6.ª – Ainda sem prescindir, o tribunal, confrontado com a recusa do réu em submeter-se ao exame hematológico, recusa que foi fundamentada precisamente no facto de não haver qualquer matéria alegada que pudesse ser respondida com esse exame, decidiu formular um outro quesito, a que deu o n.º 10.º, perguntando neste “A autora é filha do réu?”, o que seria formalmente admissível, se houvesse factos que justificassem essa conclusão, mas não era possível porque tais factos não haviam sido alegados.
7.ª – Efetuado o julgamento, o tribunal respondeu àquele quesito 3.º “provado apenas que a mãe da autora manteve uma relação extraconjugal com o réu J…” e ao quesito 10.º “provado que a autora é filha do réu” justificando as respostas no facto de o réu se ter recusado injustificadamente a submeter-se a exame hematológico, o que é inadmissível: quanto à resposta ao quesito 3.º, porque nenhuma testemunha ouvida permitiu semelhante conclusão, e porque o quesito balizava no tempo o termo das relações de sexo (1969) enquanto a resposta, tal como foi dada, permite supor relações posteriores, até porque a autora nasceu em 18 de março de 1972; quanto à resposta ao quesito 10.º, porque não podia ter sido declarado invertido o ónus da prova, como foi, e assim se justificou, porque nem havia factos invocados, nem qualquer testemunha os referiu, e a prova feita através das testemunhas arroladas foi apenas no sentido de que após o parto começou a constar-se que a autora era filha do réu, sem qualquer alusão ao período legal da conceção.

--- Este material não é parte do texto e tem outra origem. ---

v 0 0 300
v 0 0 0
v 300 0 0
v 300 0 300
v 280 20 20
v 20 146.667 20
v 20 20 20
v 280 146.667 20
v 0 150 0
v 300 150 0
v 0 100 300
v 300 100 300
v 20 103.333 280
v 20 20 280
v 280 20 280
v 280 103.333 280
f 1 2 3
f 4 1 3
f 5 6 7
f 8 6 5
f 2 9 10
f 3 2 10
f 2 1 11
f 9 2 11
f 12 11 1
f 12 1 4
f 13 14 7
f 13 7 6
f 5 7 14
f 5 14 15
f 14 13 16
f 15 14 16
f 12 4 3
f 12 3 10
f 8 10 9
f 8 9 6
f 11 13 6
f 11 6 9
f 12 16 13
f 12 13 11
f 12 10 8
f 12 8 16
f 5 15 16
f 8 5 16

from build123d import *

# Parameters (mm, degrees)
ESQUISSE1_W             = 300
ESQUISSE1_H             = 150
BOSS_EXTRU_1_DEPTH      = 300
ENL_V_MAT_EXTRU_5_DEPTH = 300
COQUE2_T                = -20


with BuildPart() as part:
    # Esquisse1 → Boss.-Extru.1 (new body)
    with BuildSketch(Plane.XY):
        with Locations((150, 75)):
            Rectangle(ESQUISSE1_W, ESQUISSE1_H)
    extrude(amount=BOSS_EXTRU_1_DEPTH)

    # Esquisse5 → Enlèv. mat.-Extru.5 (cut)
    with BuildSketch(Plane(origin=(300, 0, 0), x_dir=(0, 0, -1), z_dir=(1, 0, 0))):
        Polygon((0, 150), (-300, 100), (-300, 150), align=None)
    extrude(amount=-ENL_V_MAT_EXTRU_5_DEPTH, mode=Mode.SUBTRACT)

    # Coque2
    coque2_openings = [part.faces().sort_by_distance(p)[0] for p in [
        (150, 125, 150),
    ]]
    offset(amount=COQUE2_T, openings=coque2_openings, kind=Kind.INTERSECTION)


solid = part.part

8.ª – De resto, tendo o tribunal respondido ao quesito 10.º “não provado” (supomos que o apelante quereria dizer “provado”), fê-lo por declarar que considerava invertido o ónus da prova, face à recusa do réu em submeter-se ao exame hematológico, mas tal conclusão é inadmissível pois a resposta, perante a total ausência de prova, deveria ser “não provado” e, depois, em sede de sentença, não obstante a falta de prova, o facto seria dado, se pudesse sê-lo, como provado.
9.ª – O próprio tribunal, ao responder aos quesitos, e não obstante a resposta que deu ao quesito 3.º, confirmou que “nenhuma testemunha confirmou que o relacionamento extra-conjugal da mãe da autora com o réu já existisse antes de o marido emigrar” pelo que não se percebe a resposta dada.

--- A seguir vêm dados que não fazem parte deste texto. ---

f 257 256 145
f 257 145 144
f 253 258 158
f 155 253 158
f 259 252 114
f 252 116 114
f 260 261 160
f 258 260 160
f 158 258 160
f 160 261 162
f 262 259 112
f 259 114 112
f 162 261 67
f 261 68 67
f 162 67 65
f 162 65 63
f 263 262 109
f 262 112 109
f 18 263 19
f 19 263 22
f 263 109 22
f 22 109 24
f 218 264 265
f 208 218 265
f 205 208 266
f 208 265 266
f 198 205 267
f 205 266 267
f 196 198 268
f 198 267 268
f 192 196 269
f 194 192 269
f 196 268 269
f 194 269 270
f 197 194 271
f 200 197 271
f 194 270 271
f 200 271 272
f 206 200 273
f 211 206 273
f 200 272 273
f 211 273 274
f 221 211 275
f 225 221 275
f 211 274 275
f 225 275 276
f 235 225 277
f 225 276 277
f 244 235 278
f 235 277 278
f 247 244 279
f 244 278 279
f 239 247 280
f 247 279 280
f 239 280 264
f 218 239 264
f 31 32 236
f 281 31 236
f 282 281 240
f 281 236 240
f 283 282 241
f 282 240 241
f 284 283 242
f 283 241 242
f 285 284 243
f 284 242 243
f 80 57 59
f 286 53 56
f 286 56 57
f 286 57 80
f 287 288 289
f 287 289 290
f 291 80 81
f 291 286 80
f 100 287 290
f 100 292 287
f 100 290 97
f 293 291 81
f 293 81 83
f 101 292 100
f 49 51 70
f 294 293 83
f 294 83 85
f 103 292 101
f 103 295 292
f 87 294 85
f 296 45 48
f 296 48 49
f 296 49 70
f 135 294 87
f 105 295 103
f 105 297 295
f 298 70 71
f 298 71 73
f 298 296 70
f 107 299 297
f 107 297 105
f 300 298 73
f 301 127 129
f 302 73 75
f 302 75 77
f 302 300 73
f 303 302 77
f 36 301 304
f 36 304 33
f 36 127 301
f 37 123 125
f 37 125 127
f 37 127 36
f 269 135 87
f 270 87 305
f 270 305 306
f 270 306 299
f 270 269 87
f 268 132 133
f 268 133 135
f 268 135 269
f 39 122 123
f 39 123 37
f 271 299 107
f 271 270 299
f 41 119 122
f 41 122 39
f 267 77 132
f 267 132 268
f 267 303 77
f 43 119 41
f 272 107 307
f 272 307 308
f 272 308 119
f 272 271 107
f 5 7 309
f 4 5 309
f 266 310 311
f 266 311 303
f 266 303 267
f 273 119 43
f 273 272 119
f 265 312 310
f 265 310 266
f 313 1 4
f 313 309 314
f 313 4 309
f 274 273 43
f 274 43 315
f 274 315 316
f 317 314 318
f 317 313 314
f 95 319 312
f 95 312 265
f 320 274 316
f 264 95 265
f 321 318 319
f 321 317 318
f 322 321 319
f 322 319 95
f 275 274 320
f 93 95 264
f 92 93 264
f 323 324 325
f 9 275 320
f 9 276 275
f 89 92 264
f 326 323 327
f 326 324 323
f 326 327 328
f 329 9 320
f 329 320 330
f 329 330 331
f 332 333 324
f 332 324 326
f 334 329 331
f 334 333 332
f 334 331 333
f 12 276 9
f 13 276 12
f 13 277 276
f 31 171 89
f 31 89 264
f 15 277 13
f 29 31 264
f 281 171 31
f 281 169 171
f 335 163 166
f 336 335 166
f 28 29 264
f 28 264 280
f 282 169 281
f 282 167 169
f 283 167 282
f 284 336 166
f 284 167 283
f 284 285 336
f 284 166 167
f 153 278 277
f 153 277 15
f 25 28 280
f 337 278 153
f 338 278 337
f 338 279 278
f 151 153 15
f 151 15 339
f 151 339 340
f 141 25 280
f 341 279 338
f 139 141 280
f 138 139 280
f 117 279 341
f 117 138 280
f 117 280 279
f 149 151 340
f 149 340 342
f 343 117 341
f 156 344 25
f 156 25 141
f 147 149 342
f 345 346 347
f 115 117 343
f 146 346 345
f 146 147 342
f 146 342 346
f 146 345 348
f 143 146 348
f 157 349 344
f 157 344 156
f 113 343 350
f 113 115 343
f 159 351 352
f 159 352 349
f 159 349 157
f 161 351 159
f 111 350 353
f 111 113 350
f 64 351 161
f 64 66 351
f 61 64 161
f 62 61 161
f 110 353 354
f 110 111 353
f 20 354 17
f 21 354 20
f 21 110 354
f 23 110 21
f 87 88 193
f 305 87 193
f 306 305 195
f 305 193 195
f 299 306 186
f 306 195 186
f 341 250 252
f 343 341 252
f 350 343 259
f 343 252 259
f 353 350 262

10.ª – São, pois, inaceitáveis - e incomportáveis com o teor dos depoimentos ouvidos e constantes da gravação – as respostas dadas aos quesitos 3.º e 10.º, sem prejuízo de ser certo que, com essas ou outras respostas, sempre a solução de direito dada à ação, não seria aceitável, pois as respostas dadas a esses quesitos são desconformes com a prova produzida e devem, por isso, ser alteradas para “não provado”, pelo que, nos termos do disposto no art.º 690.º A e 712.º n.º 1, alíneas a) e c) do Código de Processo Civil, o recorrente indicou os concretos meios de prova que considerou incorretamente julgados, e os concretos meios probatórios que, a seu ver, impunham respostas diversas.
11.ª – Com efeito, nenhuma das testemunhas ouvidas em audiência de julgamento confirmou a prática de relações de sexo entre a mãe da autora e o réu no período legal da conceção, sucedendo mesmo que uma das testemunhas referiu que, depois do nascimento da autora, chegou a constar-se que ela era filha do pai dessa testemunha, todas depondo sempre com base em simples conversas “no tanque” ou “pela voz do povo”, sem quaisquer razões de facto ou de ciência.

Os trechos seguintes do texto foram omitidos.